Kolmogorov equations for evaluating the boundary hitting of degenerate diffusion with unsteady drift

TL;DR

This paper analyzes degenerate Kolmogorov equations for Jacobi diffusions with unsteady drift, focusing on boundary hitting probabilities, computational methods, and a mean-field model in tourism management.

Contribution

It introduces a new boundary hitting evaluation for Jacobi diffusions with unsteady drift and proposes a finite difference method for related Kolmogorov equations.

Findings

The finite difference method provides a unique numerical solution under discrete ellipticity.

Boundary regularity affects the accuracy of the finite difference method.
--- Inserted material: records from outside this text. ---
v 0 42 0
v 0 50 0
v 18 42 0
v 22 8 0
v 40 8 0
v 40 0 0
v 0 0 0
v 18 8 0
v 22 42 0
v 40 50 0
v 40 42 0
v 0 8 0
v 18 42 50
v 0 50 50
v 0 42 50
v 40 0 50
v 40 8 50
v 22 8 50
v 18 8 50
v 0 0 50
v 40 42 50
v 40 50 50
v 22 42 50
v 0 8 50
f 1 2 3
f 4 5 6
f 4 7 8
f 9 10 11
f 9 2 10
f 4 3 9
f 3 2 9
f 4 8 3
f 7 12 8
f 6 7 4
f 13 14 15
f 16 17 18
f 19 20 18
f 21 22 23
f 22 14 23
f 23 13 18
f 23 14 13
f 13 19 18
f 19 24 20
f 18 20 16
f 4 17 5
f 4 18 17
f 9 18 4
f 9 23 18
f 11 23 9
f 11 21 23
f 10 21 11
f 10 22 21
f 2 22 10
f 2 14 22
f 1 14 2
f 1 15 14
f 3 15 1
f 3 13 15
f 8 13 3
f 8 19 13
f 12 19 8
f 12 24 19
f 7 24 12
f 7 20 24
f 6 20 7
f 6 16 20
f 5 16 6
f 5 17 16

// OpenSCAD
$fn = 32;

// ----------------------------------------------------------------------
// Structural section: ibeam 40 x 50 mm
// ----------------------------------------------------------------------

// --- parameters (mm) ---
sec_w = 40;               // section width, X
sec_h = 50;               // section height, Y
flange_t = 8;             // flange thickness
web_t = 4;                // web thickness
plate_t = 50;             // cut length, Z (extrusion height)

profile = [[0, 0], [40, 0], [40, 8], [22, 8], [22, 42], [40, 42], [40, 50], [0, 50], [0, 42], [18, 42], [18, 8], [0, 8]];  // primary outline, 12 points, counter clockwise

// --- the one profile operation ---
linear_extrude(height = plate_t) polygon(points = profile);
The mean field model demonstrates the impact of drift dependence on boundary hitting probabilities.

Abstract

Jacobi diffusion is a representative diffusion process whose solution is bounded in a domain under certain drift and diffusion coefficient conditions. However, the process without such conditions has not been thoroughly investigated. We explore a Jacobi diffusion whose drift coefficient is affected by another deterministic process, causing the process to hit the boundary of a domain in finite time. The Kolmogorov equation (a degenerate elliptic partial differential equation) for evaluating the boundary hitting of the proposed Jacobi diffusion is then presented and analyzed, with several conditional arguments, some of which are addressed computationally. We also investigate a related mean-field-type (McKean-Vlasov) self-consistent model arising in tourism management, where the drift depends on the index for sensor boundary hitting, thereby confining the process to a domain with higher probability. We propose a finite difference method for the linear and nonlinear Kolmogorov equations, which yields a unique numerical solution because of discrete ellipticity if the discount is positive. The accuracy of the finite difference method critically depends on the regularity of the boundary condition, and the use of high-order discretization is not always effective. Finally, we computationally investigate the mean field effect.